A classic coconut cake recipe with always starts with a classic white cake recipe. Additions are/can be flaked coconut and icing, sour cream, cream of coconut, etc.

Here is a good place to look for recipes that have been reviewed.


----------



## cakerookie (Sep 10, 2005)

Thanks for that link mudbug it was great...

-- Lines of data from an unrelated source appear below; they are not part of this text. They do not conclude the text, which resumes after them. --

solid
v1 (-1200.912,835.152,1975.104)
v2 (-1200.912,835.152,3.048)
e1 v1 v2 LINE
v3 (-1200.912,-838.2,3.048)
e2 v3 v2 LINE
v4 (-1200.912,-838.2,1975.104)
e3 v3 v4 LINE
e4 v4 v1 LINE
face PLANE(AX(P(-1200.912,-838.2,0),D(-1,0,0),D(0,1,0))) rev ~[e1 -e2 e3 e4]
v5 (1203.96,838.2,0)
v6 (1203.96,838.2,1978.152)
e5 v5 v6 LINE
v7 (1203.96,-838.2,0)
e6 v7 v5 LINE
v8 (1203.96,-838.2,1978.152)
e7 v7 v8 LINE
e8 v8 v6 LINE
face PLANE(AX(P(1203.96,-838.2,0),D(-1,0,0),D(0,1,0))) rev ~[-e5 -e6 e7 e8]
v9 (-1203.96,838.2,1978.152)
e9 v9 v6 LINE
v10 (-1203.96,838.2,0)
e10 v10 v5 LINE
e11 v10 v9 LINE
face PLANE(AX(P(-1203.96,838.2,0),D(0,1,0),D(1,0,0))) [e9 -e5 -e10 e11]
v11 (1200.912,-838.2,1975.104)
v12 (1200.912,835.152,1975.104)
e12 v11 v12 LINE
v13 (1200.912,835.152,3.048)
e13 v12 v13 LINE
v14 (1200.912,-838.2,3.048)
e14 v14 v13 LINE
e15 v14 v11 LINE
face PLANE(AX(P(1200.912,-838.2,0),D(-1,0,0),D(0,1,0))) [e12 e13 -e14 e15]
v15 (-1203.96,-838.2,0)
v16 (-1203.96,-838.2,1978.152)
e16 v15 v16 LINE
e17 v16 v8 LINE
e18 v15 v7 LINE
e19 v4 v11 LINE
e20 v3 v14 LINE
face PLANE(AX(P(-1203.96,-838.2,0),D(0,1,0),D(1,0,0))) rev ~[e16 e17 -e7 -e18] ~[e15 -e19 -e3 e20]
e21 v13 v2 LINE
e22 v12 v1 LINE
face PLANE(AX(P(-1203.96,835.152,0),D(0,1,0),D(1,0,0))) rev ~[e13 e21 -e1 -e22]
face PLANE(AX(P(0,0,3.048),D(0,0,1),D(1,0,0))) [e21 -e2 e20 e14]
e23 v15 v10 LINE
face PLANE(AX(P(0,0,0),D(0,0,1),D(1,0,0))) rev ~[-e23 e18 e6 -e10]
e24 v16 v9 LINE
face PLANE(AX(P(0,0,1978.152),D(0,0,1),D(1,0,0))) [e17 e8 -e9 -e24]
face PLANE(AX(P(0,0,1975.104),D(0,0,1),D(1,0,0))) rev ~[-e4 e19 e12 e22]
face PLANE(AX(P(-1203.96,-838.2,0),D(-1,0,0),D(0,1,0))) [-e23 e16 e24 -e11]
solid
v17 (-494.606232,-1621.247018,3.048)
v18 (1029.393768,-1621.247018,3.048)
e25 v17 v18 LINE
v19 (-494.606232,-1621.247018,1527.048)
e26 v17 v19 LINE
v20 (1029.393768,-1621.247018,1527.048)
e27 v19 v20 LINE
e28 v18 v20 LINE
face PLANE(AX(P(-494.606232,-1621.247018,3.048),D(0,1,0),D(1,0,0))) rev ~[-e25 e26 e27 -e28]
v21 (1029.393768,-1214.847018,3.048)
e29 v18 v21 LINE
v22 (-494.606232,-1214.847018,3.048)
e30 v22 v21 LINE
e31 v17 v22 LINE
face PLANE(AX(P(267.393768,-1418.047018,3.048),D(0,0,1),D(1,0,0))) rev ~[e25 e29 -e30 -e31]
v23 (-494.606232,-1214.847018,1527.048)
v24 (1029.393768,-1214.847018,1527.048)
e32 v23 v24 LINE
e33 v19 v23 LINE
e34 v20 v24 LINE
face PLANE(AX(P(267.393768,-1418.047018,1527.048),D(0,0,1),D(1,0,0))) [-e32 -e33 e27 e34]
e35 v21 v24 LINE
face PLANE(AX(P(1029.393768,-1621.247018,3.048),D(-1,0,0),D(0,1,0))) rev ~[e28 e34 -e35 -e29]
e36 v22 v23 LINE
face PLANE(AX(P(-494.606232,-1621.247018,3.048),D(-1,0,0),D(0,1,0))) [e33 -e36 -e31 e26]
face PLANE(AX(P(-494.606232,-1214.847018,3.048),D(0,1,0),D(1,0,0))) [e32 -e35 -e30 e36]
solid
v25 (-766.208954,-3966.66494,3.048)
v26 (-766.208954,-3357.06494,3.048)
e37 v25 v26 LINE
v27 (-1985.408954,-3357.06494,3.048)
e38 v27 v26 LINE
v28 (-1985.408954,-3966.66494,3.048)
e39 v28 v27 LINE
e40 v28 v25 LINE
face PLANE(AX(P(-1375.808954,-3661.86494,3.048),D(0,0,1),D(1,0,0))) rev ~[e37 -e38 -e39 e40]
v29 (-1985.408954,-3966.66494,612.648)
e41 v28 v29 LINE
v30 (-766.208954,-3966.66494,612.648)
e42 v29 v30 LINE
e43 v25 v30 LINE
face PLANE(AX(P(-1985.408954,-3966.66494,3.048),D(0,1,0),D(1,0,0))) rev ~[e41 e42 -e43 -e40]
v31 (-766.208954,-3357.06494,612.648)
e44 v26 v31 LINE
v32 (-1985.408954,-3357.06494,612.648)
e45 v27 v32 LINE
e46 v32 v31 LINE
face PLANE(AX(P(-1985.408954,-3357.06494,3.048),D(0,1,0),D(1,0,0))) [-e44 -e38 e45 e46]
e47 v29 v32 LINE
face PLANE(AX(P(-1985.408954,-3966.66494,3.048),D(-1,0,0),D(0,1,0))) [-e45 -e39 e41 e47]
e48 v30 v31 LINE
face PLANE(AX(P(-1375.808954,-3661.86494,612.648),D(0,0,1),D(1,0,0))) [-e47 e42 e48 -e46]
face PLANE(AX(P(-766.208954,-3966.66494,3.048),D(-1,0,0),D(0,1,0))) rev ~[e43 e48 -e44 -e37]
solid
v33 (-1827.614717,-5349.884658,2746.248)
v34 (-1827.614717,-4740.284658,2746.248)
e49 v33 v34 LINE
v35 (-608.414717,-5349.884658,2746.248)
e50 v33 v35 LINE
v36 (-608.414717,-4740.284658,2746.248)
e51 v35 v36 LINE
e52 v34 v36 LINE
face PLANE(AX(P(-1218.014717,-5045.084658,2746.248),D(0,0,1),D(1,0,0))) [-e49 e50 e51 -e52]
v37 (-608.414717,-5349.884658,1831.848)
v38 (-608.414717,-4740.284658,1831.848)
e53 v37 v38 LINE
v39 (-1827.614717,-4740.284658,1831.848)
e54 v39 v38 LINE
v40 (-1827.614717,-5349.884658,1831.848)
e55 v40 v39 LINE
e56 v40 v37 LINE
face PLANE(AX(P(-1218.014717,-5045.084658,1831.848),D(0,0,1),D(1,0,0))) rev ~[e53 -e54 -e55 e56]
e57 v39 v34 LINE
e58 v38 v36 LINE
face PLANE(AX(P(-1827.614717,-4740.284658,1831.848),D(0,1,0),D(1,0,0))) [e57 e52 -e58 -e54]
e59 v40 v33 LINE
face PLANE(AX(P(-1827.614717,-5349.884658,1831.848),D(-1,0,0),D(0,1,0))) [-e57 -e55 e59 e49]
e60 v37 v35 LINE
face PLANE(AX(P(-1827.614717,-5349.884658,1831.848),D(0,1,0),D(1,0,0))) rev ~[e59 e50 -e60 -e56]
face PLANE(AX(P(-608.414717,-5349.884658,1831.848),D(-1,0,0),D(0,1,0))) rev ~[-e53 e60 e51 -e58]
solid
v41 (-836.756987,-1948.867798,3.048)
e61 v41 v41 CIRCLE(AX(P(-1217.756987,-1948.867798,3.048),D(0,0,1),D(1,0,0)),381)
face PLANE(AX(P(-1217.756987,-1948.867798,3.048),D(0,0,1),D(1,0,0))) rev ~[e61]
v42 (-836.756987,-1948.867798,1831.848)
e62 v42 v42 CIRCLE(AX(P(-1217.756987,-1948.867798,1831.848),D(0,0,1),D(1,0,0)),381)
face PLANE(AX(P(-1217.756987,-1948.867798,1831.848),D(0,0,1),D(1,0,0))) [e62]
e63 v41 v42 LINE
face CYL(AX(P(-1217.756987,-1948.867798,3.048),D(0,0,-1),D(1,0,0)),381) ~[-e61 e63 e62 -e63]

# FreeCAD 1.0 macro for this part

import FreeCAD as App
import Part
import Sketcher
Q = App.Units.Quantity


def faces_at(feature, points):
    """Names of the faces that lie closest to the given points."""
    faces = feature.Shape.Faces
    near = lambda p: min(range(len(faces)), key=lambda i: faces[i].distToShape(Part.Vertex(*p))[0])
    return sorted({f"Face{near(p) + 1}" for p in points})

doc = App.newDocument("Part")
body = doc.addObject("PartDesign::Body", "Body")

# Sketch on XY plane
sketch1 = doc.addObject("Sketcher::SketchObject", "Sketch")
body.addObject(sketch1)
sketch1.AttachmentSupport = (doc.XY_Plane, [""])
sketch1.MapMode = "FlatFace"
sketch1.addGeometry(Part.LineSegment(App.Vector(-1204, 838, 0), App.Vector(-1204, -838, 0)), False)
sketch1.addGeometry(Part.LineSegment(App.Vector(-1204, -838, 0), App.Vector(1204, -838, 0)), False)
sketch1.addGeometry(Part.LineSegment(App.Vector(1204, -838, 0), App.Vector(1204, 838, 0)), False)
sketch1.addGeometry(Part.LineSegment(App.Vector(1204, 838, 0), App.Vector(-1204, 838, 0)), False)
sketch1.addConstraint(Sketcher.Constraint("Coincident", 0, 2, 1, 1))
sketch1.addConstraint(Sketcher.Constraint("Coincident", 1, 2, 2, 1))
sketch1.addConstraint(Sketcher.Constraint("Coincident", 2, 2, 3, 1))
sketch1.addConstraint(Sketcher.Constraint("Coincident", 3, 2, 0, 1))
sketch1.addConstraint(Sketcher.Constraint("Vertical", 0))
sketch1.addConstraint(Sketcher.Constraint("Horizontal", 1))
sketch1.addConstraint(Sketcher.Constraint("Vertical", 2))
sketch1.addConstraint(Sketcher.Constraint("Horizontal", 3))
sketch1.addConstraint(Sketcher.Constraint("Symmetric", 0, 2, 2, 2, -1, 1))
sketch1.addConstraint(Sketcher.Constraint("DistanceY", 0, 2, 0, 1, Q("66 in")))
sketch1.addConstraint(Sketcher.Constraint("DistanceX", 1, 1, 1, 2, Q("94.8 in")))
pad1 = doc.addObject("PartDesign::Pad", "Pad")
body.addObject(pad1)
pad1.Profile = sketch1
pad1.Length = Q("77.88 in")
doc.recompute()

thickness = doc.addObject("PartDesign::Thickness", "Thickness")
body.addObject(thickness)
thickness.Base = (pad1, faces_at(pad1, [(0, -838.2, 989.076)]))
thickness.Value = Q("0.12 in")
thickness.Reversed = True
thickness.Join = "Arc"
body2 = doc.addObject("PartDesign::Body", "Body001")

# Sketch on XY plane
sketch2 = doc.addObject("Sketcher::SketchObject", "Sketch001")
body2.addObject(sketch2)
sketch2.AttachmentSupport = (doc.getObject("XY_Plane001"), [""])
sketch2.MapMode = "FlatFace"
sketch2.AttachmentOffset = App.Placement(App.Vector(0, 0, 0.12 * 25.4), App.Rotation())
sketch2.addGeometry(Part.Circle(App.Vector(-1218, -1949, 0), App.Vector(0, 0, 1), 381), False)
sketch2.addConstraint(Sketcher.Constraint("Diameter", 0, Q("30 in")))
sketch2.addConstraint(Sketcher.Constraint("DistanceY", 0, 3, -1, 1, 1948.867798))
sketch2.addConstraint(Sketcher.Constraint("DistanceX", 0, 3, -1, 1, 1217.756987))
pad2 = doc.addObject("PartDesign::Pad", "Pad001")
body2.addObject(pad2)
pad2.Profile = sketch2
pad2.Length = Q("72 in")
body3 = doc.addObject("PartDesign::Body", "Body002")

# Sketch on XY plane
sketch3 = doc.addObject("Sketcher::SketchObject", "Sketch002")
body3.addObject(sketch3)
sketch3.AttachmentSupport = (doc.getObject("XY_Plane002"), [""])
sketch3.MapMode = "FlatFace"
sketch3.AttachmentOffset = App.Placement(App.Vector(0, 0, 0.12 * 25.4), App.Rotation())
sketch3.addGeometry(Part.LineSegment(App.Vector(-495, -1215, 0), App.Vector(-495, -1621, 0)), False)
sketch3.addGeometry(Part.LineSegment(App.Vector(-495, -1621, 0), App.Vector(1029, -1621, 0)), False)
sketch3.addGeometry(Part.LineSegment(App.Vector(1029, -1621, 0), App.Vector(1029, -1215, 0)), False)
sketch3.addGeometry(Part.LineSegment(App.Vector(1029, -1215, 0), App.Vector(-495, -1215, 0)), False)
sketch3.addConstraint(Sketcher.Constraint("Coincident", 0, 2, 1, 1))
sketch3.addConstraint(Sketcher.Constraint("Coincident", 1, 2, 2, 1))
sketch3.addConstraint(Sketcher.Constraint("Coincident", 2, 2, 3, 1))
sketch3.addConstraint(Sketcher.Constraint("Coincident", 3, 2, 0, 1))
sketch3.addConstraint(Sketcher.Constraint("Vertical", 0))
sketch3.addConstraint(Sketcher.Constraint("Horizontal", 1))
sketch3.addConstraint(Sketcher.Constraint("Vertical", 2))
sketch3.addConstraint(Sketcher.Constraint("Horizontal", 3))
sketch3.addConstraint(Sketcher.Constraint("DistanceX", 1, 1, 1, 2, Q("60 in")))
sketch3.addConstraint(Sketcher.Constraint("DistanceY", 0, 2, 0, 1, Q("16 in")))
sketch3.addConstraint(Sketcher.Constraint("DistanceX", 0, 2, -1, 1, 494.606232))
sketch3.addConstraint(Sketcher.Constraint("DistanceY", 0, 2, -1, 1, 1621.247018))
pad3 = doc.addObject("PartDesign::Pad", "Pad002")
body3.addObject(pad3)
pad3.Profile = sketch3
pad3.Length = Q("60 in")
body4 = doc.addObject("PartDesign::Body", "Body003")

Best Regards Cakerookie...aka Rook


----------



## bork (Nov 27, 2005)

Thanks everyone! These are great resources! I think I found one, but I wonder if you guys think it wil work well. I always hate trying recipes for the first time on the day of the occasion. Here is the recipe:

*For cake layers* 
1 cup milk (not nonfat)
1/2 cup grated fresh coconut
2 1/2 cups sifted cake flour (not self-rising; sift before measuring)
1 tablespoon baking powder
1/2 teaspoon salt
1 stick unsalted butter, softened
1 1/2 cups sugar
5 large egg whites
1 teaspoon vanilla 
1/2 teaspoon almond extract

*For frosting*
3 large egg whites
1 1/2 cups sugar
1/3 cup water
2 teaspoons light corn syrup
1/2 teaspoon cream of tartar
1 teaspoon vanilla

2 1/2 cups grated fresh coconut (sprinkle over entire cake)

*Make cake layers:*
Bring milk just to a boil in a small heavy saucepan. Remove from heat and stir in coconut. Cover and let stand 30 minutes. Purée in a blender. 
Preheat oven to 350°F. Butter 2 (9- by 2-inch) round cake pans and dust with flour, knocking out excess. 
Sift together flour, baking powder, and salt. Beat together butter and sugar in a large bowl with an electric mixer until light and fluffy. Beat in whites, vanilla, and almond extract until light and fluffy again, about 2 minutes. Add half of flour mixture and beat on low speed just until blended. Beat in coconut-milk mixture, then remaining flour mixture, just until blended. 
Divide batter evenly between cake pans. Bake in middle of oven until golden and a tester comes out clean, about 30 minutes. Cool layers in pans on racks 5 minutes. Run a thin knife around edges of pans, then invert layers onto racks to cool completely.

*Make frosting:*
Heat whites, sugar, water, corn syrup, and cream of tartar in a large metal bowl set over a saucepan of simmering water, whisking, until mixture is warm and sugar is dissolved. Beat mixture, still over heat, with a handheld electric mixer on high speed until thick and fluffy, about 7 minutes. (Depending on mixer and weather, this may take longer.) Remove frosting from heat. Add vanilla and beat until cool and spreadable.

Thanks again!
BORK <><


----------